First we create the materials we need

In [ ]:
bulk = material("GaAs")(T=293, strained=False)
barrier = material("GaAsP")(T=293, P=0.1, strained=True)

As well as some of the layers

In [ ]:
top_layer = Layer(width=si("30nm"), material=bulk)
inter = Layer(width=si("3nm"), material=bulk)
barrier_layer = Layer(width=si("15nm"), material=barrier)
bottom_layer = top_layer

We are going to calculate the absorption coefficient of InGaAs QWs of fixed thickness but different compositions

In [ ]:
num_comp = 5
comp = np.linspace(0.05, 0.25, num_comp)
colors = plt.cm.jet(np.linspace(0, 1, num_comp))

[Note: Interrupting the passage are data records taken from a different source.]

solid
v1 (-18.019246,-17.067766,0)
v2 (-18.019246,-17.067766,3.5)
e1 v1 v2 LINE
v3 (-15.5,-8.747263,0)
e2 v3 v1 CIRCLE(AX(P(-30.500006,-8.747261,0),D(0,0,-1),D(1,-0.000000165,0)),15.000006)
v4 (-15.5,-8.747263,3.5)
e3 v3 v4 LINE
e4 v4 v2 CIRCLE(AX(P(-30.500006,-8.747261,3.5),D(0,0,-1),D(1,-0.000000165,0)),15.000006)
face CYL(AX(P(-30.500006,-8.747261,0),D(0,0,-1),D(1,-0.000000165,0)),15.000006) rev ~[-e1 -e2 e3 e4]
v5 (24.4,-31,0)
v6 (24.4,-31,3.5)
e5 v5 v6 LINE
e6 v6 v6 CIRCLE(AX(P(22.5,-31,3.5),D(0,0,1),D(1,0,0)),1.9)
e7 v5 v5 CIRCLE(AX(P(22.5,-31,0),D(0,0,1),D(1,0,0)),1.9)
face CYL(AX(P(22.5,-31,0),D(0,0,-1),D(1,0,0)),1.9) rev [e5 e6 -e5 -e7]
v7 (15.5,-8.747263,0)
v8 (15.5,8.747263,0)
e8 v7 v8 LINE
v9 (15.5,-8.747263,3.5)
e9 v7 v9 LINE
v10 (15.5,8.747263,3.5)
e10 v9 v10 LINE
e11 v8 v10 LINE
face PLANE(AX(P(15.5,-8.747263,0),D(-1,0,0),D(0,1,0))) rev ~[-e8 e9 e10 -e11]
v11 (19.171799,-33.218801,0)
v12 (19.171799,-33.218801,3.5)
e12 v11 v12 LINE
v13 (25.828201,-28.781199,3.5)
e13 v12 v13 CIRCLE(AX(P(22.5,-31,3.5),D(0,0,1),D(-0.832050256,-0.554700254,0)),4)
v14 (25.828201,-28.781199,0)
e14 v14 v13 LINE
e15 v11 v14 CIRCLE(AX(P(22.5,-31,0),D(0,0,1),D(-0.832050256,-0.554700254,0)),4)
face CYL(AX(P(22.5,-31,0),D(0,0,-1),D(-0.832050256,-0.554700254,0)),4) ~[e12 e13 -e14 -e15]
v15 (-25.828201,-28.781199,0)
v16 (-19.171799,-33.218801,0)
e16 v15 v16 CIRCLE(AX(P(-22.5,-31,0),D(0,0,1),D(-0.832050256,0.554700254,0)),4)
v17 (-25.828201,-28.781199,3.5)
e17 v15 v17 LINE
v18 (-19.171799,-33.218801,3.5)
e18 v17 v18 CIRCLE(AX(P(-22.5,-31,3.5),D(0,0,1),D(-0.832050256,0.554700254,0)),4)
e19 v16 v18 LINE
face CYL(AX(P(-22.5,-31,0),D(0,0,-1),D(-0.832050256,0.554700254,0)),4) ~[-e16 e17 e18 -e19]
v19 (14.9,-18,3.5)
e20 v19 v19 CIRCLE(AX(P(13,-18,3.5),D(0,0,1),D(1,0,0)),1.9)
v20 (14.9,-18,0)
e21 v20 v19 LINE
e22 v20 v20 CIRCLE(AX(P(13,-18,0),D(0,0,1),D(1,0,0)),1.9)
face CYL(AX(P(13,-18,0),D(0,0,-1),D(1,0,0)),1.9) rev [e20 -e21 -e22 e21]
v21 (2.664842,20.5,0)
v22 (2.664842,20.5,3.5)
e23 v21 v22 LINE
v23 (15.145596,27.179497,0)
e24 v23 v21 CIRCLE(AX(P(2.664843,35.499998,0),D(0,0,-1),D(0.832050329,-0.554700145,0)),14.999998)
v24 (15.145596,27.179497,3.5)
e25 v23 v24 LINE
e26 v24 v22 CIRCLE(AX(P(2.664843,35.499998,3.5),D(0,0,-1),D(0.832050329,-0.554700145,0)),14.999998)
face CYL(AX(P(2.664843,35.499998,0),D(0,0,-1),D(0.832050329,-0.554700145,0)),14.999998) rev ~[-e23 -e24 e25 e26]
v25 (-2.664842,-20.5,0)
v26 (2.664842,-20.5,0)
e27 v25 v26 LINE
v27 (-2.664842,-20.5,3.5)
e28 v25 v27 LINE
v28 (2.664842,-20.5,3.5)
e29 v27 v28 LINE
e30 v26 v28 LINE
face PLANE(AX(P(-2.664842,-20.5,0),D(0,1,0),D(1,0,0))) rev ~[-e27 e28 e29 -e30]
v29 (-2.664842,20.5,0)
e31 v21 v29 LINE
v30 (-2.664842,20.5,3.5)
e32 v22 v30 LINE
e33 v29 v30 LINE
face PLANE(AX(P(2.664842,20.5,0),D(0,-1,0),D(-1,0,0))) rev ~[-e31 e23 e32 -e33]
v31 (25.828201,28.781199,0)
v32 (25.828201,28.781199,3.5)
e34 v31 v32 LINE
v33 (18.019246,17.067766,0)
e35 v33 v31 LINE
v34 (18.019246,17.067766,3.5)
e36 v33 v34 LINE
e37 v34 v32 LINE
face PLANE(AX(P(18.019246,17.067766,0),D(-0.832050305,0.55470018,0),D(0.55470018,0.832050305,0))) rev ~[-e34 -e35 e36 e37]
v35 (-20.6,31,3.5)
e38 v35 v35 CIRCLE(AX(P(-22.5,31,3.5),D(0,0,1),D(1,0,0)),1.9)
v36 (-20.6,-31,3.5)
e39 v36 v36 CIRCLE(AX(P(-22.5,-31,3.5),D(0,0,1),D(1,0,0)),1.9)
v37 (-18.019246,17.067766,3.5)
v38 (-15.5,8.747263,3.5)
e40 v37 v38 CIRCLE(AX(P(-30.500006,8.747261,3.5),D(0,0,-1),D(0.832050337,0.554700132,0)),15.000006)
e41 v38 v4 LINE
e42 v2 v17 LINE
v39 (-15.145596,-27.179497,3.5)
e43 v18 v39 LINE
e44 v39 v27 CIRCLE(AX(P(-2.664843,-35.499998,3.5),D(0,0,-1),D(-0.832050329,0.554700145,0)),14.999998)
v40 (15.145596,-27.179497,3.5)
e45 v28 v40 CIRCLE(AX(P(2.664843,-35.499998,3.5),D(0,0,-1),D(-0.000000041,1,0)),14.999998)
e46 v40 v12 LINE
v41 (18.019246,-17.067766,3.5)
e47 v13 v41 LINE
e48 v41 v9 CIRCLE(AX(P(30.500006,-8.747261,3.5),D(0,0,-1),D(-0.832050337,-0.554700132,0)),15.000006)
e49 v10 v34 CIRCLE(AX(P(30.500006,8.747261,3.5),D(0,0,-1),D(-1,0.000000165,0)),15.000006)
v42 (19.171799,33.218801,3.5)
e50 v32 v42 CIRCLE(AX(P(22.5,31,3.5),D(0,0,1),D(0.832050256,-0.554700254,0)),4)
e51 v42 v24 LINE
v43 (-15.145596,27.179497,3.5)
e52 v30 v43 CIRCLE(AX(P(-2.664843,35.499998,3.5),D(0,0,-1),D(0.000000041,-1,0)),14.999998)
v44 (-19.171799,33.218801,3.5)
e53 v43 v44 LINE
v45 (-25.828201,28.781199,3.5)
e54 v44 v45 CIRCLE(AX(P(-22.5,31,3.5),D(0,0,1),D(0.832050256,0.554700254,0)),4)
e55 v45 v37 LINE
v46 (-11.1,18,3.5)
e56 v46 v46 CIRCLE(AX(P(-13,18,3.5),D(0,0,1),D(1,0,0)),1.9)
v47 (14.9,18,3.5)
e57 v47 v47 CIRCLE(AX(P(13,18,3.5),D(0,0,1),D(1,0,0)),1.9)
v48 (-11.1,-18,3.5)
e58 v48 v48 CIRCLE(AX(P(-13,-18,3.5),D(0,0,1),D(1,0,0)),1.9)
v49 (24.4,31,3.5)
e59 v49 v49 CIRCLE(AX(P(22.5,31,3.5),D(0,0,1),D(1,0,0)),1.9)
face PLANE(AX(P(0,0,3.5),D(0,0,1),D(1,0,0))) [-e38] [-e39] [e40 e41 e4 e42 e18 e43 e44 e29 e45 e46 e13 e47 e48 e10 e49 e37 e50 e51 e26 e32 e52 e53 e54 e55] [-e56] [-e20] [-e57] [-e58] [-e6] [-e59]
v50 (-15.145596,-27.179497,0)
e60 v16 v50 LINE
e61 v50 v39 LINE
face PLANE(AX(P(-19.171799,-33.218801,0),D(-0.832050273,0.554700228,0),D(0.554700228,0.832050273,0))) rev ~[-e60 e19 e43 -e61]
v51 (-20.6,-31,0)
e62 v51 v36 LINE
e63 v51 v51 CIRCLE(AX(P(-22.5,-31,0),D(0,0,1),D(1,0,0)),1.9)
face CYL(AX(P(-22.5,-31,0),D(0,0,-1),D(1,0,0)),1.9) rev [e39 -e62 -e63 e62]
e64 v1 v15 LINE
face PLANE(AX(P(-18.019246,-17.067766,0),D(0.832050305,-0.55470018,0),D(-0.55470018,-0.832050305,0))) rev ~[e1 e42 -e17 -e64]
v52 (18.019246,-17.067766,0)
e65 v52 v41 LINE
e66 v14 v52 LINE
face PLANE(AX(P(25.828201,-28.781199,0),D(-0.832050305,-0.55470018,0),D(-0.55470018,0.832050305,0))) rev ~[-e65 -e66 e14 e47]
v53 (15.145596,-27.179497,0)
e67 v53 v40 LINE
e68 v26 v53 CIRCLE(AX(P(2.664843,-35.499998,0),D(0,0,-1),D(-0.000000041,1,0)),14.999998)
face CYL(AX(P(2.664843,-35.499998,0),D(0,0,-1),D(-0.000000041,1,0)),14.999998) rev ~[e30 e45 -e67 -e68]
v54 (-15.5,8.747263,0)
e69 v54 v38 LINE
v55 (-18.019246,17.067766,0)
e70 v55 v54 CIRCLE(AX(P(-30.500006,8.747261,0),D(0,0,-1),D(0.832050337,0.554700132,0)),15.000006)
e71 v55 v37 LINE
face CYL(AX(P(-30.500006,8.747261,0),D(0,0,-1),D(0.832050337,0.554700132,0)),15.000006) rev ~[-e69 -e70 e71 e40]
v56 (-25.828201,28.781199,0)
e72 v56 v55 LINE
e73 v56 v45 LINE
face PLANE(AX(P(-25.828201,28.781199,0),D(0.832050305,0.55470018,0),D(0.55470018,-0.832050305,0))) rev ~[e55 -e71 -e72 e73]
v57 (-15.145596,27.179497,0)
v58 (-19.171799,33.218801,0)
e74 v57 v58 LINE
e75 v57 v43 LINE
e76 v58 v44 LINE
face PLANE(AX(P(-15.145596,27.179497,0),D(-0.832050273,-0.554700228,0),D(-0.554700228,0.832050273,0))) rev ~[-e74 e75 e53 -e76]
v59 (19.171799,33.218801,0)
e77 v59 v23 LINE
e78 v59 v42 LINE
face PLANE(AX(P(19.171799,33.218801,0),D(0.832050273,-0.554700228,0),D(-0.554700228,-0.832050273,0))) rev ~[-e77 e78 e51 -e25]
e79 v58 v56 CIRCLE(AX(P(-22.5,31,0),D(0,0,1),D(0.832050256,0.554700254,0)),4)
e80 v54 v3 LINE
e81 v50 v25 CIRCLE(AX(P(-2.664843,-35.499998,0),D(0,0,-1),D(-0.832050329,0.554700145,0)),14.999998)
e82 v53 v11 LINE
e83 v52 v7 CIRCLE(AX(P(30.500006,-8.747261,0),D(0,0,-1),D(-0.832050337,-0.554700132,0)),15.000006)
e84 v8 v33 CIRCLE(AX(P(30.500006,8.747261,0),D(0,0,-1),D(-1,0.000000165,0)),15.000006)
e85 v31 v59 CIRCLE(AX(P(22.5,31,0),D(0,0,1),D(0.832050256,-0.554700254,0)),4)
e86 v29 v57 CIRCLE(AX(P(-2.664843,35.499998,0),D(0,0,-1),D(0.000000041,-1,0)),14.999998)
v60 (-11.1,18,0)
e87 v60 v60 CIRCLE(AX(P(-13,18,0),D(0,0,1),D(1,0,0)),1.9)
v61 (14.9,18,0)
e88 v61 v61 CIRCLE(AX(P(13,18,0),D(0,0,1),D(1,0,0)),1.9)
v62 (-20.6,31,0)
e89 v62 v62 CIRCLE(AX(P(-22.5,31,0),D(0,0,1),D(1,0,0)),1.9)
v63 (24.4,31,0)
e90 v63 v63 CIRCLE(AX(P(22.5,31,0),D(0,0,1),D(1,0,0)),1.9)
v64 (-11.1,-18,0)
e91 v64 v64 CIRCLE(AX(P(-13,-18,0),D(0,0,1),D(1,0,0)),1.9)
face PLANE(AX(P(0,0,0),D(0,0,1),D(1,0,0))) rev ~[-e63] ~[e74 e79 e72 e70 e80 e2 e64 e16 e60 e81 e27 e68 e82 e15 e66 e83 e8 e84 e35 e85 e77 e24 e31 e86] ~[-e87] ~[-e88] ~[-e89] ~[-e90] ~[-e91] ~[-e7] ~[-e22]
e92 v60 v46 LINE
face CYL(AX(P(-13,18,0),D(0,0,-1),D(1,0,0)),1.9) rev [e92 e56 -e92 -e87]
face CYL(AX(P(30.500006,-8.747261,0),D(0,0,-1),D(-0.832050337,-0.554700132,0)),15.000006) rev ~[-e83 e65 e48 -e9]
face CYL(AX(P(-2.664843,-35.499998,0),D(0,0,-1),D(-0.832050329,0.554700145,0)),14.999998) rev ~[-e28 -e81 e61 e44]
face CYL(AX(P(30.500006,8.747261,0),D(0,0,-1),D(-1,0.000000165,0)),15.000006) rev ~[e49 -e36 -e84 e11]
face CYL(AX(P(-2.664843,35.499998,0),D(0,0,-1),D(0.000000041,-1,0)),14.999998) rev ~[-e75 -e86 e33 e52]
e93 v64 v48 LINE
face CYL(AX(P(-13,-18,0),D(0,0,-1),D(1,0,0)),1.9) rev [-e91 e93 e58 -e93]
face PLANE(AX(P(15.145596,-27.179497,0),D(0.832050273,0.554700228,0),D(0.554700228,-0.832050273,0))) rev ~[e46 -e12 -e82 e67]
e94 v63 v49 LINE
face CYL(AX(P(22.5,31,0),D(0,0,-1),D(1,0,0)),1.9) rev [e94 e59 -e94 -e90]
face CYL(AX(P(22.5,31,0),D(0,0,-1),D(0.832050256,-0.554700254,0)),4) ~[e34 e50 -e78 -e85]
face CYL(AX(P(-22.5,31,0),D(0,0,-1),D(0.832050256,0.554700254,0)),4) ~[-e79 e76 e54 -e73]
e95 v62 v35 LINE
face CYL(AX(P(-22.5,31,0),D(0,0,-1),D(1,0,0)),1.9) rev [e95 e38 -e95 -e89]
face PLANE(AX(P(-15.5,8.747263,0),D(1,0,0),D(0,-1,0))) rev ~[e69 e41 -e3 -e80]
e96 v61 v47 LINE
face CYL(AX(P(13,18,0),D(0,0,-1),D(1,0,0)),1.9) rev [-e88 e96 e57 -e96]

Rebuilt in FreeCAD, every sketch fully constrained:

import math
import FreeCAD as App
import Part
import Sketcher

doc = App.newDocument("Part")
body = doc.addObject("PartDesign::Body", "Body")

# Sketch on XY plane
sketch1 = doc.addObject("Sketcher::SketchObject", "Sketch")
body.addObject(sketch1)
sketch1.AttachmentSupport = (doc.XY_Plane, [""])
sketch1.MapMode = "FlatFace"
sketch1.addGeometry([
    Part.LineSegment(App.Vector(-15.145596, 27.179497, 0), App.Vector(-19.171799, 33.218801, 0)),  # 0
    Part.ArcOfCircle(Part.Circle(App.Vector(-22.5, 31, 0), App.Vector(0, 0, 1), 4), math.radians(33.690071), math.radians(213.690071)),  # 1
    Part.LineSegment(App.Vector(-25.828201, 28.781199, 0), App.Vector(-18.019246, 17.067766, 0)),  # 2
    Part.ArcOfCircle(Part.Circle(App.Vector(-30.500006, 8.747261, 0), App.Vector(0, 0, 1), 15.000006), math.radians(0.000009), math.radians(33.690063)),  # 3
    Part.LineSegment(App.Vector(-15.5, 8.747263, 0), App.Vector(-15.5, -8.747263, 0)),  # 4
    Part.ArcOfCircle(Part.Circle(App.Vector(-30.500006, -8.747261, 0), App.Vector(0, 0, 1), 15.000006), math.radians(-33.690063), math.radians(-0.000009)),  # 5
    Part.LineSegment(App.Vector(-18.019246, -17.067766, 0), App.Vector(-25.828201, -28.781199, 0)),  # 6
    Part.ArcOfCircle(Part.Circle(App.Vector(-22.5, -31, 0), App.Vector(0, 0, 1), 4), math.radians(146.309929), math.radians(326.309929)),  # 7
    Part.LineSegment(App.Vector(-19.171799, -33.218801, 0), App.Vector(-15.145596, -27.179497, 0)),  # 8
    Part.ArcOfCircle(Part.Circle(App.Vector(-2.664843, -35.499998, 0), App.Vector(0, 0, 1), 14.999998), math.radians(89.999998), math.radians(146.309936)),  # 9
    Part.LineSegment(App.Vector(-2.664842, -20.5, 0), App.Vector(2.664842, -20.5, 0)),  # 10
    Part.ArcOfCircle(Part.Circle(App.Vector(2.664843, -35.499998, 0), App.Vector(0, 0, 1), 14.999998), math.radians(33.690064), math.radians(90.000002)),  # 11
    Part.LineSegment(App.Vector(15.145596, -27.179497, 0), App.Vector(19.171799, -33.218801, 0)),  # 12
    Part.ArcOfCircle(Part.Circle(App.Vector(22.5, -31, 0), App.Vector(0, 0, 1), 4), math.radians(-146.309929), math.radians(33.690071)),  # 13
    Part.LineSegment(App.Vector(25.828201, -28.781199, 0), App.Vector(18.019246, -17.067766, 0)),  # 14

The absorption coefficients will be calculated at these energies and stored in alfas

In [ ]:
num_energy = 300
E = np.linspace(1.15, 1.5, num_energy) * q

We define some parameters need to calculate the shape of the excitonic absorption

In [ ]:
alpha_params = {
    "well_width": si("7.2nm"),
    "theta": 0,
    "eps": 12.9 * vacuum_permittivity,
    "espace": E,
    "hwhm": si("6meV"),
    "dimensionality": 0.16,
    "line_shape": "Gauss"
}

Plot results:

In [ ]:
# plt.figure(figsize=(4, 4.5))
for j, i in enumerate(comp):
    # We create the QW material at the given composition
    QW = material("InGaAs")(T=293, In=i, strained=True)

    # And the layer
    well_layer = Layer(width=si("7.2nm"), material=QW)

    # The following lines create the QW structure, with different number of QWs and interlayers
    test_structure = Structure([barrier_layer, inter, well_layer, inter, barrier_layer], substrate=bulk)

    # Finally, the quantum properties are claculated here
    output = QM.schrodinger(test_structure, quasiconfined=0, num_eigenvalues=20, alpha_params=alpha_params,
                            calculate_absorption=True)

    alfa = output[0]['alphaE'](E)
    plt.plot(1240 / (E / q), alfa / 100, label='{}%'.format(int(i * 100)))

plt.xlim(826, 1100)
plt.ylim(0, 23000)
plt.xlabel('Wavelength (nm)')
plt.ylabel('$\\alpha$ cm$^{-1}$')
plt.legend(loc='upper right', frameon=False)
plt.tight_layout()

plt.show()